ADR 0052 — Cell expression classification: single vs mixed text

  • Status: accepted
  • Date: 2026-05-22
  • Spec target: XTL 0.1
  • Affects: evaluation.md § "Single-Expression Cells" / "Mixed Text Cells", language.md § "Template Blocks", renderer

Context

evaluation.md defines two cell kinds:

Single-Expression Cells — A cell whose complete content is one template expression

Mixed Text Cells — A cell containing literal text around one or more expressions

These prose definitions leave two boundary cases ambiguous:

  1. Surrounding whitespace. A cell whose value is {{ [X] }} (leading/trailing whitespace, no other text).
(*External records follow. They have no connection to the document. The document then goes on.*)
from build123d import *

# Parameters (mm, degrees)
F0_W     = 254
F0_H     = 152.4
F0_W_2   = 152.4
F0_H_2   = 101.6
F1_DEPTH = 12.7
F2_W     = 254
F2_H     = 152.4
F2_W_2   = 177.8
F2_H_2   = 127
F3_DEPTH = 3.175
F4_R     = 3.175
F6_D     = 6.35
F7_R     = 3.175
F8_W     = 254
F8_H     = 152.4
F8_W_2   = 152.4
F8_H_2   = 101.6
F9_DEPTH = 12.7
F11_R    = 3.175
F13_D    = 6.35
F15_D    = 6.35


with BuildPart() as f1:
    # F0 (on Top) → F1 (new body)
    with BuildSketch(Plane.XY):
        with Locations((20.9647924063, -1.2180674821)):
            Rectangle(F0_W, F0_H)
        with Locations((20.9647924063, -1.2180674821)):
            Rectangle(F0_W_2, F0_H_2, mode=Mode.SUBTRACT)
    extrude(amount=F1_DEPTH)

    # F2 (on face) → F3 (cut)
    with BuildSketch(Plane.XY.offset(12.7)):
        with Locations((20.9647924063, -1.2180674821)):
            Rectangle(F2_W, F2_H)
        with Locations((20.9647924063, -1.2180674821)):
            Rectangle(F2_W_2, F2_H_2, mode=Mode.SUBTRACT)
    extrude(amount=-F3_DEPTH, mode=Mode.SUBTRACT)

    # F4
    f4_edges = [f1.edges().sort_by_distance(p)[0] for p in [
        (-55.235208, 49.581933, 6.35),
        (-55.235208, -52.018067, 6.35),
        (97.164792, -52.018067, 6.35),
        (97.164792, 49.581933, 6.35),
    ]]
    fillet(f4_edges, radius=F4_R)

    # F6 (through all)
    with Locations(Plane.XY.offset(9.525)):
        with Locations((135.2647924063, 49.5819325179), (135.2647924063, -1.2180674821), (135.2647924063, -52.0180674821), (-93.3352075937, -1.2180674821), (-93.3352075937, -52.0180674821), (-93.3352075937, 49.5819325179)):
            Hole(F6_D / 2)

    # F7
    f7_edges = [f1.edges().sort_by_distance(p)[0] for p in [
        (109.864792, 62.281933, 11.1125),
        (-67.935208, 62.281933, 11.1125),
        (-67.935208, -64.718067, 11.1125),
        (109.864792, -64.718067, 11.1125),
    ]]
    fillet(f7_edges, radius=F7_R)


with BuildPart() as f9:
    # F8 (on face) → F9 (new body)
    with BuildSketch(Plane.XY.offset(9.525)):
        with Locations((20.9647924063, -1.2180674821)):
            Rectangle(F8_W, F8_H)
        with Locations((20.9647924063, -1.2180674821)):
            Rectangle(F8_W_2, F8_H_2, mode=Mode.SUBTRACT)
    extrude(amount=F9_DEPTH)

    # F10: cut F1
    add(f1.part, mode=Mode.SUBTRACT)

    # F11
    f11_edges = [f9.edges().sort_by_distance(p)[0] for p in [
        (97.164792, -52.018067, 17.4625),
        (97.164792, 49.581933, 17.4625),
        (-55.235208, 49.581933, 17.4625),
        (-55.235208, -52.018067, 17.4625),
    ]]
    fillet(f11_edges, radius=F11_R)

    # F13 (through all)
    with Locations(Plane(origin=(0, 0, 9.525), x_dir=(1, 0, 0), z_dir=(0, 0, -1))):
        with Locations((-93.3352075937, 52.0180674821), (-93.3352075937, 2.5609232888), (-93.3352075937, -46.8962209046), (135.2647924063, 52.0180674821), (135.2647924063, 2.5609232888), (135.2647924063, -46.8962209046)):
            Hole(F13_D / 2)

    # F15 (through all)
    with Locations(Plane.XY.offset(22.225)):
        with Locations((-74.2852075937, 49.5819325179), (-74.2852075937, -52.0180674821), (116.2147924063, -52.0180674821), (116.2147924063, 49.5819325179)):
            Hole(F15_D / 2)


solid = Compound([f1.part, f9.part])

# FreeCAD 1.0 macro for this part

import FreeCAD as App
import Part
import Sketcher
Q = App.Units.Quantity


def edges_at(feature, points):
    """Names of the edges that pass closest to the given points."""
    edges = feature.Shape.Edges
    near = lambda p: min(range(len(edges)), key=lambda i: edges[i].distToShape(Part.Vertex(*p))[0])
    return sorted({f"Edge{near(p) + 1}" for p in points})


def add_polygon(sketch, points):
    """Adds a closed chain of lines whose ends are joined by coincident constraints."""
    first, n = sketch.GeometryCount, len(points)
    for a, b in zip(points, points[1:] + points[:1]):
        sketch.addGeometry(Part.LineSegment(App.Vector(*a, 0), App.Vector(*b, 0)), False)
    for i in range(n):
        sketch.addConstraint(Sketcher.Constraint("Coincident", first + i, 2, first + (i + 1) % n, 1))

doc = App.newDocument("Part")
body = doc.addObject("PartDesign::Body", "Body")

# Sketch on XY plane
sketch1 = body.newObject("Sketcher::SketchObject", "Sketch")
sketch1.AttachmentSupport = (doc.getObject("XY_Plane"), [""])
sketch1.MapMode = "FlatFace"
add_polygon(sketch1, [(-106, 75), (-106, -77), (148, -77), (148, 75)])  # lines 0-3
add_polygon(sketch1, [(97, -52), (-55, -52), (-55, 50), (97, 50)])  # lines 4-7
sketch1.addConstraint([
    Sketcher.Constraint("Vertical", 0),
    Sketcher.Constraint("Horizontal", 1),
    Sketcher.Constraint("Vertical", 2),
    Sketcher.Constraint("Horizontal", 3),
    Sketcher.Constraint("Horizontal", 4),
    Sketcher.Constraint("Vertical", 5),
    Sketcher.Constraint("Horizontal", 6),
    Sketcher.Constraint("Vertical", 7),
    Sketcher.Constraint("Equal", 6, 0),
    Sketcher.Constraint("DistanceX", 1, 1, 1, 2, Q("10 in")),
    Sketcher.Constraint("DistanceX", 4, 2, 4, 1, Q("6 in")),
    Sketcher.Constraint("DistanceY", 5, 1, 5, 2, Q("4 in")),
    Sketcher.Constraint("DistanceX", 0, 2, 4, 2, Q("2 in")),
    Sketcher.Constraint("DistanceY", 0, 2, 4, 2, Q("1 in")),
    Sketcher.Constraint("DistanceX", 0, 2, -1, 1, Q("106.035208 mm")),
    Sketcher.Constraint("DistanceY", 0, 2, -1, 1, Q("77.418067 mm")),
])
pad1 = body.newObject("PartDesign::Pad", "Pad")
pad1.Profile = sketch1
pad1.Length = Q("0.5 in")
Is the "complete content" the trimmed value (single-expression) or the raw value (mixed-text — "literal text around" the block)?
  2. Adjacent blocks with no separator. A cell whose value is {{ [X] }}{{ [Y] }} — two blocks abutting, no literal text between them. The prose says mixed-text requires "literal text around"; with no literal text, neither definition cleanly fits.

The reference impl picks an answer for both — isSingleExpression at src/renderer.ts:756 is /^\{\{\s*((?:(?!\}\}).)+)\s*\}\}$/:

  • Anchored ^...$ → ANY surrounding text disqualifies single- expression status. {{ X }} is mixed-text.
  • Single block only → adjacent blocks are mixed-text.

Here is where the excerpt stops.